An exact, complete copy of the lines below is the expected answer.

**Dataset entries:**
-----
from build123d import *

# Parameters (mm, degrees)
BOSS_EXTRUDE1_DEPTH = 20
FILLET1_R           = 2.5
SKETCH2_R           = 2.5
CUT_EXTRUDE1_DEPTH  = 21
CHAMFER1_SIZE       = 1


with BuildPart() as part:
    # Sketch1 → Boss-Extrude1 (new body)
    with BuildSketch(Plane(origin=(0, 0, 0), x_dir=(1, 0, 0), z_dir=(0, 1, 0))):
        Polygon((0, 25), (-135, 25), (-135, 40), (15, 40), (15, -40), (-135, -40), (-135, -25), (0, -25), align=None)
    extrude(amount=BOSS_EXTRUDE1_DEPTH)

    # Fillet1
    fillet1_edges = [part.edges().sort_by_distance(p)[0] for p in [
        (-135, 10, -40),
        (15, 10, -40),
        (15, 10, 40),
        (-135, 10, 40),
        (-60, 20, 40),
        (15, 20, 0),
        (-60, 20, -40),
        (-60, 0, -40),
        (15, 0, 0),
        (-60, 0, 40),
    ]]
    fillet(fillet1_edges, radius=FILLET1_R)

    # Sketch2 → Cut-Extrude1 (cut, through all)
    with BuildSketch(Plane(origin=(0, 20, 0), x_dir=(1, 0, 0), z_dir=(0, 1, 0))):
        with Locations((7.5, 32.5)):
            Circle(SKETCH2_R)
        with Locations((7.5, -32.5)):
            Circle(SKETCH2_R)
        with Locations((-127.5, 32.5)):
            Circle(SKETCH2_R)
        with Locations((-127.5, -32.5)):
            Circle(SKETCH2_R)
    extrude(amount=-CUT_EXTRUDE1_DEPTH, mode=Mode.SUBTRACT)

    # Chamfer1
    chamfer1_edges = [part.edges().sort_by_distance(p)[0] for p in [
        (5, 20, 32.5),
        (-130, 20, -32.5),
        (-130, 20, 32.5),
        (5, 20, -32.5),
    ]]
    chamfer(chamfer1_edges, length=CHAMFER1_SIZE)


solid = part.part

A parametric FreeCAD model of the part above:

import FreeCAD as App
import Part
import Sketcher
from FreeCAD import Vector


def edges_at(feature, points):
    """Names of the edges that pass closest to the given points."""
    edges = feature.Shape.Edges
    near = lambda p: min(range(len(edges)), key=lambda i: edges[i].distToShape(Part.Vertex(*p))[0])
    return sorted({f"Edge{near(p) + 1}" for p in points})

doc = App.newDocument("Part")
body = doc.addObject("PartDesign::Body", "Body")

# Sketch on XZ plane
sketch1 = doc.addObject("Sketcher::SketchObject", "Sketch")
body.addObject(sketch1)
sketch1.AttachmentSupport = (doc.XZ_Plane, [""])
sketch1.MapMode = "FlatFace"
sketch1.addGeometry([
    Part.LineSegment(Vector(-135, -25, 0), Vector(0, -25, 0)),  # 0
    Part.LineSegment(Vector(0, -25, 0), Vector(0, 25, 0)),  # 1
    Part.LineSegment(Vector(0, 25, 0), Vector(-135, 25, 0)),  # 2
    Part.LineSegment(Vector(-135, 25, 0), Vector(-135, 40, 0)),  # 3
    Part.LineSegment(Vector(-135, 40, 0), Vector(15, 40, 0)),  # 4
    Part.LineSegment(Vector(15, 40, 0), Vector(15, -40, 0)),  # 5
    Part.LineSegment(Vector(15, -40, 0), Vector(-135, -40, 0)),  # 6
    Part.LineSegment(Vector(-135, -40, 0), Vector(-135, -25, 0)),  # 7
], False)
sketch1.addConstraint([
    Sketcher.Constraint("Coincident", 0, 2, 1, 1),
    Sketcher.Constraint("Coincident", 1, 2, 2, 1),
    Sketcher.Constraint("Coincident", 2, 2, 3, 1),
    Sketcher.Constraint("Coincident", 3, 2, 4, 1),
    Sketcher.Constraint("Coincident", 4, 2, 5, 1),
    Sketcher.Constraint("Coincident", 5, 2, 6, 1),
    Sketcher.Constraint("Coincident", 6, 2, 7, 1),
    Sketcher.Constraint("Coincident", 7, 2, 0, 1),
    Sketcher.Constraint("Horizontal", 0),
    Sketcher.Constraint("Vertical", 1),
    Sketcher.Constraint("Horizontal", 2),
    Sketcher.Constraint("Vertical", 3),
    Sketcher.Constraint("Horizontal", 4),
    Sketcher.Constraint("Vertical", 5),
    Sketcher.Constraint("Horizontal", 6),
    Sketcher.Constraint("Vertical", 7),
    Sketcher.Constraint("Symmetric", 0, 2, 1, 2, -1, 1),
    Sketcher.Constraint("Symmetric", 3, 2, 6, 2, -1),
    Sketcher.Constraint("DistanceX", 0, 1, 0, 2, 135.0),
    Sketcher.Constraint("DistanceX", 4, 1, 4, 2, 150.0),
    Sketcher.Constraint("DistanceY", 1, 1, 1, 2, 50.0),
    Sketcher.Constraint("DistanceY", 3, 1, 3, 2, 15.0),
])
pad1 = doc.addObject("PartDesign::Pad", "Pad")
body.addObject(pad1)
pad1.Profile = sketch1
pad1.Length = 20
pad1.Reversed = True
doc.recompute()

fillet = doc.addObject("PartDesign::Fillet", "Fillet")
body.addObject(fillet)
fillet.Base = (pad1, edges_at(pad1, [
    (-135, 10, -40),
    (15, 10, -40),
    (15, 10, 40),
    (-135, 10, 40),
    (-60, 20, 40),
    (15, 20, 0),
    (-60, 20, -40),
    (-60, 0, -40),
    (15, 0, 0),
    (-60, 0, 40),
]))
fillet.Radius = 2.5

# Sketch on XZ plane
sketch2 = doc.addObject("Sketcher::SketchObject", "Sketch001")
body.addObject(sketch2)
sketch2.AttachmentSupport = (doc.XZ_Plane, [""])
sketch2.MapMode = "FlatFace"
sketch2.AttachmentOffset = App.Placement(Vector(0, 0, -20), App.Rotation())
sketch2.addGeometry([
    Part.Circle(Vector(7.5, -32.5, 0), Vector(0, 0, 1), 2.5),
    Part.Circle(Vector(7.5, 32.5, 0), Vector(0, 0, 1), 2.5),
    Part.Circle(Vector(-127.5, -32.5, 0), Vector(0, 0, 1), 2.5),
    Part.Circle(Vector(-127.5, 32.5, 0), Vector(0, 0, 1), 2.5),
], False)
sketch2.addConstraint([
    Sketcher.Constraint("Equal", 0, 1),
    Sketcher.Constraint("Equal", 1, 2),
    Sketcher.Constraint("Equal", 2, 3),
    Sketcher.Constraint("Symmetric", 0, 3, 1, 3, -1),
    Sketcher.Constraint("Symmetric", 2, 3, 3, 3, -1),
    Sketcher.Constraint("Horizontal", 0, 3, 2, 3),
    Sketcher.Constraint("Diameter", 0, 5.0),
    Sketcher.Constraint("DistanceY", 0, 3, 1, 3, 65.0),
    Sketcher.Constraint("DistanceX", 2, 3, 0, 3, 135.0),
    Sketcher.Constraint("DistanceX", -1, 1, 0, 3, 7.5),
])
pocket1 = doc.addObject("PartDesign::Pocket", "Pocket")
body.addObject(pocket1)
pocket1.Profile = sketch2
pocket1.Type = "ThroughAll"
pocket1.Reversed = True
doc.recompute()

chamfer = doc.addObject("PartDesign::Chamfer", "Chamfer")
body.addObject(chamfer)
chamfer.Base = (pocket1, edges_at(pocket1, [
    (5, 20, 32.5),
    (-130, 20, -32.5),
    (-130, 20, 32.5),
    (5, 20, -32.5),
]))
chamfer.Size = 1

doc.recompute()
-----
**Result of this task:**
from build123d import *

# Parameters (mm, degrees)
BOSS_EXTRUDE1_DEPTH = 20
FILLET1_R           = 2.5
SKETCH2_R           = 2.5
CUT_EXTRUDE1_DEPTH  = 21
CHAMFER1_SIZE       = 1


with BuildPart() as part:
    # Sketch1 → Boss-Extrude1 (new body)
    with BuildSketch(Plane(origin=(0, 0, 0), x_dir=(1, 0, 0), z_dir=(0, 1, 0))):
        Polygon((0, 25), (-135, 25), (-135, 40), (15, 40), (15, -40), (-135, -40), (-135, -25), (0, -25), align=None)
    extrude(amount=BOSS_EXTRUDE1_DEPTH)

    # Fillet1
    fillet1_edges = [part.edges().sort_by_distance(p)[0] for p in [
        (-135, 10, -40),
        (15, 10, -40),
        (15, 10, 40),
        (-135, 10, 40),
        (-60, 20, 40),
        (15, 20, 0),
        (-60, 20, -40),
        (-60, 0, -40),
        (15, 0, 0),
        (-60, 0, 40),
    ]]
    fillet(fillet1_edges, radius=FILLET1_R)

    # Sketch2 → Cut-Extrude1 (cut, through all)
    with BuildSketch(Plane(origin=(0, 20, 0), x_dir=(1, 0, 0), z_dir=(0, 1, 0))):
        with Locations((7.5, 32.5)):
            Circle(SKETCH2_R)
        with Locations((7.5, -32.5)):
            Circle(SKETCH2_R)
        with Locations((-127.5, 32.5)):
            Circle(SKETCH2_R)
        with Locations((-127.5, -32.5)):
            Circle(SKETCH2_R)
    extrude(amount=-CUT_EXTRUDE1_DEPTH, mode=Mode.SUBTRACT)

    # Chamfer1
    chamfer1_edges = [part.edges().sort_by_distance(p)[0] for p in [
        (5, 20, 32.5),
        (-130, 20, -32.5),
        (-130, 20, 32.5),
        (5, 20, -32.5),
    ]]
    chamfer(chamfer1_edges, length=CHAMFER1_SIZE)


solid = part.part

A parametric FreeCAD model of the part above:

import FreeCAD as App
import Part
import Sketcher
from FreeCAD import Vector


def edges_at(feature, points):
    """Names of the edges that pass closest to the given points."""
    edges = feature.Shape.Edges
    near = lambda p: min(range(len(edges)), key=lambda i: edges[i].distToShape(Part.Vertex(*p))[0])
    return sorted({f"Edge{near(p) + 1}" for p in points})

doc = App.newDocument("Part")
body = doc.addObject("PartDesign::Body", "Body")

# Sketch on XZ plane
sketch1 = doc.addObject("Sketcher::SketchObject", "Sketch")
body.addObject(sketch1)
sketch1.AttachmentSupport = (doc.XZ_Plane, [""])
sketch1.MapMode = "FlatFace"
sketch1.addGeometry([
    Part.LineSegment(Vector(-135, -25, 0), Vector(0, -25, 0)),  # 0
    Part.LineSegment(Vector(0, -25, 0), Vector(0, 25, 0)),  # 1
    Part.LineSegment(Vector(0, 25, 0), Vector(-135, 25, 0)),  # 2
    Part.LineSegment(Vector(-135, 25, 0), Vector(-135, 40, 0)),  # 3
    Part.LineSegment(Vector(-135, 40, 0), Vector(15, 40, 0)),  # 4
    Part.LineSegment(Vector(15, 40, 0), Vector(15, -40, 0)),  # 5
    Part.LineSegment(Vector(15, -40, 0), Vector(-135, -40, 0)),  # 6
    Part.LineSegment(Vector(-135, -40, 0), Vector(-135, -25, 0)),  # 7
], False)
sketch1.addConstraint([
    Sketcher.Constraint("Coincident", 0, 2, 1, 1),
    Sketcher.Constraint("Coincident", 1, 2, 2, 1),
    Sketcher.Constraint("Coincident", 2, 2, 3, 1),
    Sketcher.Constraint("Coincident", 3, 2, 4, 1),
    Sketcher.Constraint("Coincident", 4, 2, 5, 1),
    Sketcher.Constraint("Coincident", 5, 2, 6, 1),
    Sketcher.Constraint("Coincident", 6, 2, 7, 1),
    Sketcher.Constraint("Coincident", 7, 2, 0, 1),
    Sketcher.Constraint("Horizontal", 0),
    Sketcher.Constraint("Vertical", 1),
    Sketcher.Constraint("Horizontal", 2),
    Sketcher.Constraint("Vertical", 3),
    Sketcher.Constraint("Horizontal", 4),
    Sketcher.Constraint("Vertical", 5),
    Sketcher.Constraint("Horizontal", 6),
    Sketcher.Constraint("Vertical", 7),
    Sketcher.Constraint("Symmetric", 0, 2, 1, 2, -1, 1),
    Sketcher.Constraint("Symmetric", 3, 2, 6, 2, -1),
    Sketcher.Constraint("DistanceX", 0, 1, 0, 2, 135.0),
    Sketcher.Constraint("DistanceX", 4, 1, 4, 2, 150.0),
    Sketcher.Constraint("DistanceY", 1, 1, 1, 2, 50.0),
    Sketcher.Constraint("DistanceY", 3, 1, 3, 2, 15.0),
])
pad1 = doc.addObject("PartDesign::Pad", "Pad")
body.addObject(pad1)
pad1.Profile = sketch1
pad1.Length = 20
pad1.Reversed = True
doc.recompute()

fillet = doc.addObject("PartDesign::Fillet", "Fillet")
body.addObject(fillet)
fillet.Base = (pad1, edges_at(pad1, [
    (-135, 10, -40),
    (15, 10, -40),
    (15, 10, 40),
    (-135, 10, 40),
    (-60, 20, 40),
    (15, 20, 0),
    (-60, 20, -40),
    (-60, 0, -40),
    (15, 0, 0),
    (-60, 0, 40),
]))
fillet.Radius = 2.5

# Sketch on XZ plane
sketch2 = doc.addObject("Sketcher::SketchObject", "Sketch001")
body.addObject(sketch2)
sketch2.AttachmentSupport = (doc.XZ_Plane, [""])
sketch2.MapMode = "FlatFace"
sketch2.AttachmentOffset = App.Placement(Vector(0, 0, -20), App.Rotation())
sketch2.addGeometry([
    Part.Circle(Vector(7.5, -32.5, 0), Vector(0, 0, 1), 2.5),
    Part.Circle(Vector(7.5, 32.5, 0), Vector(0, 0, 1), 2.5),
    Part.Circle(Vector(-127.5, -32.5, 0), Vector(0, 0, 1), 2.5),
    Part.Circle(Vector(-127.5, 32.5, 0), Vector(0, 0, 1), 2.5),
], False)
sketch2.addConstraint([
    Sketcher.Constraint("Equal", 0, 1),
    Sketcher.Constraint("Equal", 1, 2),
    Sketcher.Constraint("Equal", 2, 3),
    Sketcher.Constraint("Symmetric", 0, 3, 1, 3, -1),
    Sketcher.Constraint("Symmetric", 2, 3, 3, 3, -1),
    Sketcher.Constraint("Horizontal", 0, 3, 2, 3),
    Sketcher.Constraint("Diameter", 0, 5.0),
    Sketcher.Constraint("DistanceY", 0, 3, 1, 3, 65.0),
    Sketcher.Constraint("DistanceX", 2, 3, 0, 3, 135.0),
    Sketcher.Constraint("DistanceX", -1, 1, 0, 3, 7.5),
])
pocket1 = doc.addObject("PartDesign::Pocket", "Pocket")
body.addObject(pocket1)
pocket1.Profile = sketch2
pocket1.Type = "ThroughAll"
pocket1.Reversed = True
doc.recompute()

chamfer = doc.addObject("PartDesign::Chamfer", "Chamfer")
body.addObject(chamfer)
chamfer.Base = (pocket1, edges_at(pocket1, [
    (5, 20, 32.5),
    (-130, 20, -32.5),
    (-130, 20, 32.5),
    (5, 20, -32.5),
]))
chamfer.Size = 1

doc.recompute()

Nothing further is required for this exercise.